Estas inscripciones eran cargadas por un
dedicante que buscaba honrar, recordar a un familiar o conocido o
cumplir una promesa hecha a un dios o diosa. En algunos casos este trabajo no
era realizado por el lapicida si no que se lo encargaba a sus trabajadores de
origen esclavo en la mayoría de los casos. El lapicida se encargaba de hablar
con los clientes y apuntar los detalles de cómo debía ser la inscripción y que
debía poner. Y después es pasado a los trabajadores que
estaban a su cargo que realizaban el trabajo más duro. Esto podía ocasionar
errores ya que no es la misma persona la
que apunta el texto a la que inserta las letras.
Otro
aspecto interesante es el propio conocimiento del latín, es decir, su correcta utilización o no, nos da el conocimiento de saber si estamos
en una zona latinizada o no. A veces no
tiene que ver si el lapicida conoce perfectamente el latín que en la mayoría de
los casos sabe leerlo y escribirlo perfectamente, son sus trabajadores los que
a veces no entienden bien el latín y cometen errores confundiendo las palabras
o las abreviaturas.
Otro de los errores comunes es que a la hora de
trasladar el texto a la piedra o el mármol no se ha delimitado bien el espacio
que ocupara cada letra y a veces ocurre que hay líneas con palabras de mayor
tamaño que otras.
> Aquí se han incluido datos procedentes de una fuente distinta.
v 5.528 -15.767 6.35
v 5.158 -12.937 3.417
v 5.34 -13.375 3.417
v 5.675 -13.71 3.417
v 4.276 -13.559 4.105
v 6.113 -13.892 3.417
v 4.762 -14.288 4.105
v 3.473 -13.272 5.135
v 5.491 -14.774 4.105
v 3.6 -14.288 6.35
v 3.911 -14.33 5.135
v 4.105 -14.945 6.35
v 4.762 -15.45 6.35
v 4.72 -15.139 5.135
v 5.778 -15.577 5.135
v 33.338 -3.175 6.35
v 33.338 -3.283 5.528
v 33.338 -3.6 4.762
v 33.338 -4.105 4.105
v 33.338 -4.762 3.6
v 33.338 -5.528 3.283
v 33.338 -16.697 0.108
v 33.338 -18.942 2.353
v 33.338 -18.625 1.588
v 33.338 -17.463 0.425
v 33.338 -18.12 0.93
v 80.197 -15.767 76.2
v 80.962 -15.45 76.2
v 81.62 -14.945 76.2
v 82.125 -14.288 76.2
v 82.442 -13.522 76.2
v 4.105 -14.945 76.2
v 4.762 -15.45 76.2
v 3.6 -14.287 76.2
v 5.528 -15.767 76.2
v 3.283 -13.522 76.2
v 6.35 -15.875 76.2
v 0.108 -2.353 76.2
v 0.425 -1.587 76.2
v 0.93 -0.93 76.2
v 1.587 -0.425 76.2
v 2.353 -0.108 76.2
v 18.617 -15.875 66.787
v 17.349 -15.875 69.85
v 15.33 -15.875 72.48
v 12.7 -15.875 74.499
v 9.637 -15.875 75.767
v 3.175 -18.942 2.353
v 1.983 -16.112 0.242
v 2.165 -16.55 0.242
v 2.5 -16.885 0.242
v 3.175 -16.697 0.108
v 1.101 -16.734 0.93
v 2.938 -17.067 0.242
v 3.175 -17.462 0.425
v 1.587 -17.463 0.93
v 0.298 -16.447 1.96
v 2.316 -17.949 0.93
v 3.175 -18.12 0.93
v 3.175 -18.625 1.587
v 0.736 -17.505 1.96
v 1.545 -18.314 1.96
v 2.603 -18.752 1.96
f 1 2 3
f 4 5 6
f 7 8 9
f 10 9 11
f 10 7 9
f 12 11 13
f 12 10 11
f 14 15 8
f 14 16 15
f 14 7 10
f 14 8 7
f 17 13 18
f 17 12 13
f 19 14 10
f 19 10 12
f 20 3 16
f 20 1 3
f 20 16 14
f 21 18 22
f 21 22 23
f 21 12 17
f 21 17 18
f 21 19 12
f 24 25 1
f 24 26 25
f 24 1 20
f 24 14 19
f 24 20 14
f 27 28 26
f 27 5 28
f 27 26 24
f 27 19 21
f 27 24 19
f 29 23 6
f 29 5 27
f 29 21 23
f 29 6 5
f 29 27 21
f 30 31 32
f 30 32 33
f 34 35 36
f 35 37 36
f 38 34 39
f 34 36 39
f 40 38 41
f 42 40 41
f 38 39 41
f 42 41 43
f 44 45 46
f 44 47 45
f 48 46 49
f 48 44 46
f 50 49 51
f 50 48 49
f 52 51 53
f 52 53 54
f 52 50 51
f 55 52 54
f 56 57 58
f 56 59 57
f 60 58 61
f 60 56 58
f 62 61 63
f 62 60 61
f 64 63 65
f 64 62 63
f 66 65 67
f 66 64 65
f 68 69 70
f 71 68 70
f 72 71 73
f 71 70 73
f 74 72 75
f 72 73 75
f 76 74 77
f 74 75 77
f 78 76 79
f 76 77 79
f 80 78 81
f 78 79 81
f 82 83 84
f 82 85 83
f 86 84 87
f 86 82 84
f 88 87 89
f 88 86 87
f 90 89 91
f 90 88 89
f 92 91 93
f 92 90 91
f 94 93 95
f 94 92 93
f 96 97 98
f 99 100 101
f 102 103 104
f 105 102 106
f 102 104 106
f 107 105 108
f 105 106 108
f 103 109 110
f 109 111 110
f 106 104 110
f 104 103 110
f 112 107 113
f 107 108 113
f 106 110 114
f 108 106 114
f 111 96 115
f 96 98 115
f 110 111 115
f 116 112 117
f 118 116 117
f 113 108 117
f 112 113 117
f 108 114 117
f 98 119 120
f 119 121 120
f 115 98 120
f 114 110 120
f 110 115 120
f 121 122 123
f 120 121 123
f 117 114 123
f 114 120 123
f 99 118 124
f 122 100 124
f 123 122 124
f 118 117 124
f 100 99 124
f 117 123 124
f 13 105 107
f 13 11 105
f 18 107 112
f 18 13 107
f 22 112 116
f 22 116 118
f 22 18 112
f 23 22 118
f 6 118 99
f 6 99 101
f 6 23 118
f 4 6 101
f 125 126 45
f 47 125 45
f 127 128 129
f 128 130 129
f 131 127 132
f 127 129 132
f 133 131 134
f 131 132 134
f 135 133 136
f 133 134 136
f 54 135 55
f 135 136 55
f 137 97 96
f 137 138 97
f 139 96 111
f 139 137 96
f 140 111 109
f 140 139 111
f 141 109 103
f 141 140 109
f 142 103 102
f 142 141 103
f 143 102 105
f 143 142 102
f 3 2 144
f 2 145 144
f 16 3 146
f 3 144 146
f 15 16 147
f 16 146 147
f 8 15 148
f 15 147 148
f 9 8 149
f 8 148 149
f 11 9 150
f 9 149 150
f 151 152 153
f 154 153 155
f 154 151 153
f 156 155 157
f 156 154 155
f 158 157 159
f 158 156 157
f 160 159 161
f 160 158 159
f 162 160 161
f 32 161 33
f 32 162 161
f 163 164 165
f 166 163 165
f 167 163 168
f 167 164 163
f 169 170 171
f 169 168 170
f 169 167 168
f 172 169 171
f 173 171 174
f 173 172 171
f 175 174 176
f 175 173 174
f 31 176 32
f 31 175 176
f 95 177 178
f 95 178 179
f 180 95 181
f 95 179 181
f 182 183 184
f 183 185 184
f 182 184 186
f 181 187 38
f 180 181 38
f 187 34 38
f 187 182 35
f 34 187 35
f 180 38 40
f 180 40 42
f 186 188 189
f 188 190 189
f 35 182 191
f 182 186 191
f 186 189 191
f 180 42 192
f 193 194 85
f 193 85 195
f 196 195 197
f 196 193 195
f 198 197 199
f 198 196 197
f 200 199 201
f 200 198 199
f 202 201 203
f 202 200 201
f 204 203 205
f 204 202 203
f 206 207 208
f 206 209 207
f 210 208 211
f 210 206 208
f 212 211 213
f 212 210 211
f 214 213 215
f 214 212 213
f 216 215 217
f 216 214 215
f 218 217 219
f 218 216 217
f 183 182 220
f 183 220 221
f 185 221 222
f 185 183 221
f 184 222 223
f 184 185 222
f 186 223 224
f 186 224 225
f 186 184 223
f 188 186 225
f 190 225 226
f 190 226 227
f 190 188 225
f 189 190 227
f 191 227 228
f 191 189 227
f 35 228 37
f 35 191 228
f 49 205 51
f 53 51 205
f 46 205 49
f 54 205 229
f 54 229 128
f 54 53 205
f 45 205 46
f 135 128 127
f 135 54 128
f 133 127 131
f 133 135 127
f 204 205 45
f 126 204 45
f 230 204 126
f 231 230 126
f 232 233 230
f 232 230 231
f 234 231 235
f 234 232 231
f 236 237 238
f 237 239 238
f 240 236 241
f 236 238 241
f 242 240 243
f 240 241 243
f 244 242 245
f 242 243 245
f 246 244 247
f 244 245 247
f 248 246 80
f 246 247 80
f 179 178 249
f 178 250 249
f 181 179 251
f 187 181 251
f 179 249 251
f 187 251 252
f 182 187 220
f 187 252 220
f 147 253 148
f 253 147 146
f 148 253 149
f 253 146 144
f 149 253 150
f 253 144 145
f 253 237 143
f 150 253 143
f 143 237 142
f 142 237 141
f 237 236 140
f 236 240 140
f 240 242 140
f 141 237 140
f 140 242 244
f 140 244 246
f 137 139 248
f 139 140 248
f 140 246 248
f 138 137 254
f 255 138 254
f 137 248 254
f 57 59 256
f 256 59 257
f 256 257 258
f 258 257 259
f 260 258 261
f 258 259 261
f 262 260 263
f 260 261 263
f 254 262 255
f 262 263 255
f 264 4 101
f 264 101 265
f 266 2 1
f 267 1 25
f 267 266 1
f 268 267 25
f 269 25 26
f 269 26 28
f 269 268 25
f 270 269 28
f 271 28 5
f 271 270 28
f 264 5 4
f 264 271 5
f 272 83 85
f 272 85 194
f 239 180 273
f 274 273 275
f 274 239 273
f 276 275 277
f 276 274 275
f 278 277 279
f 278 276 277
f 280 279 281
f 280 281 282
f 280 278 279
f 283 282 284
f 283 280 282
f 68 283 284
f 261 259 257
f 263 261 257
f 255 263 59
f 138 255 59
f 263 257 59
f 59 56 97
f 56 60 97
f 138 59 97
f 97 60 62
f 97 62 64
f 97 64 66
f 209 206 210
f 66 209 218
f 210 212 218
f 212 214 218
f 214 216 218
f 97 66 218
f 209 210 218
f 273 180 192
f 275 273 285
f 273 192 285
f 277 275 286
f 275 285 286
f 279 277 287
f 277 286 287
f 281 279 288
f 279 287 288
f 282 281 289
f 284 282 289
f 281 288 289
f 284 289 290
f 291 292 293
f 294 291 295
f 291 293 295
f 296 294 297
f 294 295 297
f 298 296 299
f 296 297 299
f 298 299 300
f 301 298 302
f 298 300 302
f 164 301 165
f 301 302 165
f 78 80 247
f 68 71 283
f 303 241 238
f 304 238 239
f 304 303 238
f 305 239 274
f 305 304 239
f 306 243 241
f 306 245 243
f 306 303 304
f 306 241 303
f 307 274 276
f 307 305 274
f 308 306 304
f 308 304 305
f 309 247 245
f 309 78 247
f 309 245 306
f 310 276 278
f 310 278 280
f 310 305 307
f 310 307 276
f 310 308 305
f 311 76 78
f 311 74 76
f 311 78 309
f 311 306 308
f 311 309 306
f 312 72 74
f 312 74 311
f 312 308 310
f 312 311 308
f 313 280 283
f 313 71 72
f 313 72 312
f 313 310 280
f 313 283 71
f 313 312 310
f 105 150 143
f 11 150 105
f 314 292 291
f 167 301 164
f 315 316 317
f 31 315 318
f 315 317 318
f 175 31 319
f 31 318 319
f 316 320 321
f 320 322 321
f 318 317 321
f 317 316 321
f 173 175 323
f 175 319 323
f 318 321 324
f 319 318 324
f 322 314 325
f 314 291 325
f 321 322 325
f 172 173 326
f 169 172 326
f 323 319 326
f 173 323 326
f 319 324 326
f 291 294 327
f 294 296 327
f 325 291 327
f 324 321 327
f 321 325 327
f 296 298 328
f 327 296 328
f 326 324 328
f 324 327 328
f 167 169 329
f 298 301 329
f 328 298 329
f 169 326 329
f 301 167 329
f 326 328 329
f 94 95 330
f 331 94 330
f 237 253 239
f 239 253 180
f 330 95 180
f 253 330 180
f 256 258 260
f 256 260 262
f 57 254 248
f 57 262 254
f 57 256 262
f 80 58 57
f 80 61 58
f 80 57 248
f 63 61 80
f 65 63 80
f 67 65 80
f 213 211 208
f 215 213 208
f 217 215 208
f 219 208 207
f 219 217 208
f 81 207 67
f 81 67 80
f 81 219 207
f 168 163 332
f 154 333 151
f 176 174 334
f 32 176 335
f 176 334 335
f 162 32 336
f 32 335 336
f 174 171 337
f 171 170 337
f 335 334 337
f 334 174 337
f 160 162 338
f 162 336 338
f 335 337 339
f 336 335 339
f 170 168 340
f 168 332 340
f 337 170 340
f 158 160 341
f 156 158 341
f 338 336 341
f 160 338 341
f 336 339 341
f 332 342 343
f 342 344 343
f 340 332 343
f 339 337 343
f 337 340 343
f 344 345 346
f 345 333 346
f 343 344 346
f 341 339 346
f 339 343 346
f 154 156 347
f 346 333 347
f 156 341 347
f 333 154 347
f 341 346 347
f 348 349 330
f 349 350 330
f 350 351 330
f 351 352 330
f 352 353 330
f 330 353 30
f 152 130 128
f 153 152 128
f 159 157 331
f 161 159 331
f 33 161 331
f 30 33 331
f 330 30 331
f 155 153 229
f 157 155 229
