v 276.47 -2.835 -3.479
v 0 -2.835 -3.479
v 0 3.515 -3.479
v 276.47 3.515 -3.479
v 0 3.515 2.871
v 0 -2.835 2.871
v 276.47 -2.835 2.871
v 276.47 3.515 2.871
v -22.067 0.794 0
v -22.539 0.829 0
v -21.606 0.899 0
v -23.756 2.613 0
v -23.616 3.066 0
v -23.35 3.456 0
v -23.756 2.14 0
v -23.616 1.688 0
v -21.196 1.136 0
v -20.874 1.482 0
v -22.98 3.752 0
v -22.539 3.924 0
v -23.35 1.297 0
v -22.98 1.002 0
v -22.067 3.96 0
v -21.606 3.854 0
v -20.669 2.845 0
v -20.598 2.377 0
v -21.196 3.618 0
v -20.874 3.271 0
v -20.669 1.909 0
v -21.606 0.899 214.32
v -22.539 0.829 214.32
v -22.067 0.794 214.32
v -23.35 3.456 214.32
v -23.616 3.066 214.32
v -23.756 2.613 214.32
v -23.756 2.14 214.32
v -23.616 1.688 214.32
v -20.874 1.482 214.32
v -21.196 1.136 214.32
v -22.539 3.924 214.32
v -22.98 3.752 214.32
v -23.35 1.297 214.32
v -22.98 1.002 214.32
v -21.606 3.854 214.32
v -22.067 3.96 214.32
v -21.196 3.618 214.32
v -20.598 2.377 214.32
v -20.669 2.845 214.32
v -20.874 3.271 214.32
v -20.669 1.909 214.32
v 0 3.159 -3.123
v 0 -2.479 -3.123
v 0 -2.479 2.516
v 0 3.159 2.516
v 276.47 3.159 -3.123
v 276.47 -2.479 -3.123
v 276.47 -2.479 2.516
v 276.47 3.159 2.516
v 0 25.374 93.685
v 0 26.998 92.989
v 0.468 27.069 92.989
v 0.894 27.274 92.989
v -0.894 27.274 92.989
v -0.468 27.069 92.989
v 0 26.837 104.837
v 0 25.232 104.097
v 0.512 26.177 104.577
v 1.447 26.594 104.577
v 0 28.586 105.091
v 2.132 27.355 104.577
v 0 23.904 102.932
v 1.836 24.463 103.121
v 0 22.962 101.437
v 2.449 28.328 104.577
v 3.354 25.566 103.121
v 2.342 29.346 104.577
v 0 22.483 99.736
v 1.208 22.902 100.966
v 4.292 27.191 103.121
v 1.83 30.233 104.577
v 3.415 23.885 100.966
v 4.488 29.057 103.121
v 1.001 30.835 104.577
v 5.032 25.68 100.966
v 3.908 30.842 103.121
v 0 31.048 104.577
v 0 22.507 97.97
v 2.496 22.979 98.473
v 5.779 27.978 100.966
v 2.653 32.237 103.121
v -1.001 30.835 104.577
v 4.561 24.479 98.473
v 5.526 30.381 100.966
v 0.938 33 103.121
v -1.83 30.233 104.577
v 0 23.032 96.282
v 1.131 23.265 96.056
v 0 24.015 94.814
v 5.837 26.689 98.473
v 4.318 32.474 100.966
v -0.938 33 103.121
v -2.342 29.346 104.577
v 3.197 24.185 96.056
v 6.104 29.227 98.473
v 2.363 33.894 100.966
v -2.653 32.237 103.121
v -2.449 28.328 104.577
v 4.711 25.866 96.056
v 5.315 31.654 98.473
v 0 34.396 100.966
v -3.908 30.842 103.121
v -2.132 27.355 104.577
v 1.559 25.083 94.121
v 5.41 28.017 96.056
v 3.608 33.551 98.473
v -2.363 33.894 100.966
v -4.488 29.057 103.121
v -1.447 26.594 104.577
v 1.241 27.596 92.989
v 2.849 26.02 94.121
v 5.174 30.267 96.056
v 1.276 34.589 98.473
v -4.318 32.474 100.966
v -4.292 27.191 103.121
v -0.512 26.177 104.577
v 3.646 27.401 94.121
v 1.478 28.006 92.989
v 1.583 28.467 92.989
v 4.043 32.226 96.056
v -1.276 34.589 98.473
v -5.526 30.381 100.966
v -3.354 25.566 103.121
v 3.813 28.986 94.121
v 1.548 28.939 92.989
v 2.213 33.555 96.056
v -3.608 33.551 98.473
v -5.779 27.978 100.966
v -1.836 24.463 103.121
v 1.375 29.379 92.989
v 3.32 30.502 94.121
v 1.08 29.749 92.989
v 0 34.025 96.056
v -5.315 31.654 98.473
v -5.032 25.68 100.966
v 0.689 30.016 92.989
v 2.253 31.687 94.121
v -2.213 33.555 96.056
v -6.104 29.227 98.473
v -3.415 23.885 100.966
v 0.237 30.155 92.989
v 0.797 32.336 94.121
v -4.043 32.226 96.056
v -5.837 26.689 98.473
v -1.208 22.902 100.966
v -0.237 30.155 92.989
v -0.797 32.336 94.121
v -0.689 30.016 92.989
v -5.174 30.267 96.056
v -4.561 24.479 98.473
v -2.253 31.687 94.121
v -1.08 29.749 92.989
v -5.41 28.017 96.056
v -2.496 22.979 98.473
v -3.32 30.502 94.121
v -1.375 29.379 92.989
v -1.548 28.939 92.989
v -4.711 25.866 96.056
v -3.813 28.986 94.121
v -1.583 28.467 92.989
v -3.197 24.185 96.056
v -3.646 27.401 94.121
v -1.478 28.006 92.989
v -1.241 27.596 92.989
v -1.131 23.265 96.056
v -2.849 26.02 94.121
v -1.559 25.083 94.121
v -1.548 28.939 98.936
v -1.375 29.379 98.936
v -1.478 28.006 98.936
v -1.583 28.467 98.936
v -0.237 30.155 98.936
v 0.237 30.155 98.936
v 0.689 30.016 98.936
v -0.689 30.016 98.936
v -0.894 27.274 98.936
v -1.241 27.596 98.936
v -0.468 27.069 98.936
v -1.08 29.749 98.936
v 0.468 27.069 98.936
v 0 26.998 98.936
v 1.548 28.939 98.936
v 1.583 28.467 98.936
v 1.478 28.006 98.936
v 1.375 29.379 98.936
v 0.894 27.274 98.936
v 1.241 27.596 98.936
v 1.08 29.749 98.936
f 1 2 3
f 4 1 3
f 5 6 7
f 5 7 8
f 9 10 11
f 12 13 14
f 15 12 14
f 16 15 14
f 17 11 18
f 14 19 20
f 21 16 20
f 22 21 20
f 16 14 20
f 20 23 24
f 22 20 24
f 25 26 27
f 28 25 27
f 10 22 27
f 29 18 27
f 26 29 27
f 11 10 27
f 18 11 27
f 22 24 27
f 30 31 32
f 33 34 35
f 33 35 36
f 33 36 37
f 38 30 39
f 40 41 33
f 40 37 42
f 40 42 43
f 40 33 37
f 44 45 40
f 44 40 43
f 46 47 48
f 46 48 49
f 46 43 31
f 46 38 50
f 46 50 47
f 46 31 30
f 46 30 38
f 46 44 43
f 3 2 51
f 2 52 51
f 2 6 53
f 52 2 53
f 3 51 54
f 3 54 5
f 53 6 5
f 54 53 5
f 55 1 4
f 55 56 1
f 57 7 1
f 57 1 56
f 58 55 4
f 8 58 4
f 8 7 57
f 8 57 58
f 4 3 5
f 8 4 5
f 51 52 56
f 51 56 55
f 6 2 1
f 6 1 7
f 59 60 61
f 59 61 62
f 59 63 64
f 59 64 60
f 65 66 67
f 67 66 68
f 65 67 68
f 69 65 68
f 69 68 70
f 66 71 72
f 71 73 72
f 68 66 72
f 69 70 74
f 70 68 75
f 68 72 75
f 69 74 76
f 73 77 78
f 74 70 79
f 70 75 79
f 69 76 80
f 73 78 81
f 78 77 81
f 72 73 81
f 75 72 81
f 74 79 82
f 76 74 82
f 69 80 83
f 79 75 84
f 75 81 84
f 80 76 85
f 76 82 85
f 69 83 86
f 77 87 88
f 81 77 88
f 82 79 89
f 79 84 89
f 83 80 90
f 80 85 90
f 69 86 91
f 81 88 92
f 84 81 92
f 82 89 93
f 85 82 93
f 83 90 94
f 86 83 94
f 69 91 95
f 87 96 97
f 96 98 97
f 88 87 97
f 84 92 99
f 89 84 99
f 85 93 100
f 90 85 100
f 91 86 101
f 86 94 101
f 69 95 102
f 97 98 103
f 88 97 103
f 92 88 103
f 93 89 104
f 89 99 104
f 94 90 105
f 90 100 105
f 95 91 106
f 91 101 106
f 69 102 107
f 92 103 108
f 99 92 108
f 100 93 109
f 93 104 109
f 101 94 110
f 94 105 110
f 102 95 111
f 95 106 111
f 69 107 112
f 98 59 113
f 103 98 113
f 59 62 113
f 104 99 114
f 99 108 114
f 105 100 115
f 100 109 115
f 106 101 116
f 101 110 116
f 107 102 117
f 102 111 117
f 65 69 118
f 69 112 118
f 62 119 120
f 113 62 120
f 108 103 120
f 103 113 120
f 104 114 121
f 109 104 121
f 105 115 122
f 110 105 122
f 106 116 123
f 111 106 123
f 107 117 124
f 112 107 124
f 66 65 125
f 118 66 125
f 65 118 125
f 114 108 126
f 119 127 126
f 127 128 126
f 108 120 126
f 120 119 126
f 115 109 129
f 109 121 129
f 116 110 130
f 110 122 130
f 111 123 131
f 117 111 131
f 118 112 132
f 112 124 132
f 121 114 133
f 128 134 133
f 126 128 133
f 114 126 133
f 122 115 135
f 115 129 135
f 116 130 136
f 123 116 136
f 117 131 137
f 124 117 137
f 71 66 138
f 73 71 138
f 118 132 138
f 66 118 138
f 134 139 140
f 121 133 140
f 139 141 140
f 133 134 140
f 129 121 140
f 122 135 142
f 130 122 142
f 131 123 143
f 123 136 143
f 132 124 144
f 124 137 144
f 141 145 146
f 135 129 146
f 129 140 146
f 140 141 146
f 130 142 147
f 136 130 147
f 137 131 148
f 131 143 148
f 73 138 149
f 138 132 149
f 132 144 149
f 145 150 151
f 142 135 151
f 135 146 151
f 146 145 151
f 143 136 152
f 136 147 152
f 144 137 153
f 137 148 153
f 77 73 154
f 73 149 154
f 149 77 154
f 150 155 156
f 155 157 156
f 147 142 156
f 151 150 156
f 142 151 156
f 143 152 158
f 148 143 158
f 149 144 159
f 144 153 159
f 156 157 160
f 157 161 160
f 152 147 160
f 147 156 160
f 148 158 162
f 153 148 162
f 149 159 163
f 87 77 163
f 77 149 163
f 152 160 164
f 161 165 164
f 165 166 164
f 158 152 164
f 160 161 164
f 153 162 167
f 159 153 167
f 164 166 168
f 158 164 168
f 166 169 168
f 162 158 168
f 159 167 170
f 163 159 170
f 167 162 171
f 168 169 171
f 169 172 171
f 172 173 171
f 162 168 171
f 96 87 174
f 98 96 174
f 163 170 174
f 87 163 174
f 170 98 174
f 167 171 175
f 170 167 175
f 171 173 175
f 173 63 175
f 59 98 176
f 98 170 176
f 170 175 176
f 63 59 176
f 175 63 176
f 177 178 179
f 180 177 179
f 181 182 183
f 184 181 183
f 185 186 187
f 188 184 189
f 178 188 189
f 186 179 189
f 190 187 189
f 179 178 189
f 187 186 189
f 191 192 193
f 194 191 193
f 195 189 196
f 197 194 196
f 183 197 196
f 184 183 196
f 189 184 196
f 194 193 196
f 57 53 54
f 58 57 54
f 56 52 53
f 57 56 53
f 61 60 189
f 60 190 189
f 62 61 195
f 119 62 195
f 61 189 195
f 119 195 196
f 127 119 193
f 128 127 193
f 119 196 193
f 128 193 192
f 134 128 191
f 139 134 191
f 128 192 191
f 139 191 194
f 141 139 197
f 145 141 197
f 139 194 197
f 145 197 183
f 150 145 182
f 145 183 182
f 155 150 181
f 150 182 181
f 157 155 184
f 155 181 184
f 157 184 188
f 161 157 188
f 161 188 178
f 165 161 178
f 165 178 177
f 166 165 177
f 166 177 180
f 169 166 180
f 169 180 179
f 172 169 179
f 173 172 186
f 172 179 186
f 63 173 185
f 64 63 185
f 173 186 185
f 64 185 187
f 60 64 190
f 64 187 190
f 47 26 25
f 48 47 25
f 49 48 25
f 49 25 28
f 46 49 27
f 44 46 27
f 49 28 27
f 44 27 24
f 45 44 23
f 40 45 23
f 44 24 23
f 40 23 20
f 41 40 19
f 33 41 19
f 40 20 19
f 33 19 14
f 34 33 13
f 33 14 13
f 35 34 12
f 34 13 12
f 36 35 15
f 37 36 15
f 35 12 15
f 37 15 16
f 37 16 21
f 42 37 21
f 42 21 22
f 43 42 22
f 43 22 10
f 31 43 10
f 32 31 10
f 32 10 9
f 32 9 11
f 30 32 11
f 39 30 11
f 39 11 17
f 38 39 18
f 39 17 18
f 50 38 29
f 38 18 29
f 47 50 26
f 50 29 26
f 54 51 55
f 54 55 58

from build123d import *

# Parameters (mm, degrees)
F4_W     = 6.35
F4_H     = 6.35
F4_W_2   = 5.6388
F4_H_2   = 5.6388
F5_DEPTH = 276.47
F6_R     = 1.5875
F7_DEPTH = 214.32


with BuildPart() as f3:
    # F2 (on Right) → F3 (revolve)
    with BuildSketch(Plane.YZ):
        with BuildLine():
            Line((28.5856276751, 98.9358499646), (28.5856276751, 105.0908499646))
            ThreePointArc((28.5856276751, 105.0908499646), (22.482911541, 99.7364002676), (26.9981276751, 92.9890971742))
            Line((26.9981276751, 92.9890971742), (26.9981276751, 98.9358499646))
            Line((26.9981276751, 98.9358499646), (28.5856276751, 98.9358499646))
        make_face()
    revolve(axis=Axis((0, 28.5856276751, 102.0133499646), (0, 0, 1)))


with BuildPart() as f5:
    # F4 (on Right) → F5 (new body)
    with BuildSketch(Plane.YZ):
        with Locations((0.3399441484, -0.3035154659)):
            Rectangle(F4_W, F4_H)
        with Locations((0.3399441484, -0.3035154659)):
            Rectangle(F4_W_2, F4_H_2, mode=Mode.SUBTRACT)
    extrude(amount=F5_DEPTH)


with BuildPart() as f7:
    # F6 (on Top) → F7 (new body)
    with BuildSketch(Plane.XY):
        with Locations((-22.1857912838, 2.3767193779)):
            Circle(F6_R)
    extrude(amount=F7_DEPTH)


solid = Compound([f3.part, f5.part, f7.part])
Pero también otras veces aparecen las letras dentro de otras
o por encima de las letras con un tamaño mucho menor.
En la Edad
Media los trabajos de la piedra eran realizados por hombres libres que debían
estar dentro de gremios, era una medida para poder dar sus servicios a la
nobleza y el clero. Estos dos grupos sociales utilizaban este oficio para
evitar impuestos y para la absolución de los pecados.
Una de las
funciones que realizaban estos hombres libres era el Famuli que era el cantero
general y que utilizaban aprendices que no necesitaban ningún conocimiento
previo. La creación de estos gremios o
logias permitía tener un mayor conocimiento de los lapicidas y además la
diferenciación entre un gremio y otro fijándonos en los elementos y marcas que
utilizaban. Cada nuevo miembro en una
logia se le aporta un signo lapidario que sería su rasgo distintivo y personal
y que además permite saber que inscripciones han sido hechas por él. Cuando su
rango era superior, es decir, cuando se convierte en Maestro su signo lapidario
se modificara y difiere en cada caso. Los herederos de este oficio, los hijos
de los lapicidas heredan también el
signo lapidario del padre al que modifican pero más bien en un pequeño detalle.
Se tiene
conocimiento de talleres lapicidas en Roma y que estaban incompletas. En este
periodo de tiempo se conoce al lapicida que con el hacha o escalpelo trabaja
los diferentes materiales de la inscripción y el quadratarius que su función
era la dejar preparado el campo epigráfico con las marcas en el espacio donde
se colocarían las letras y también en los márgenes.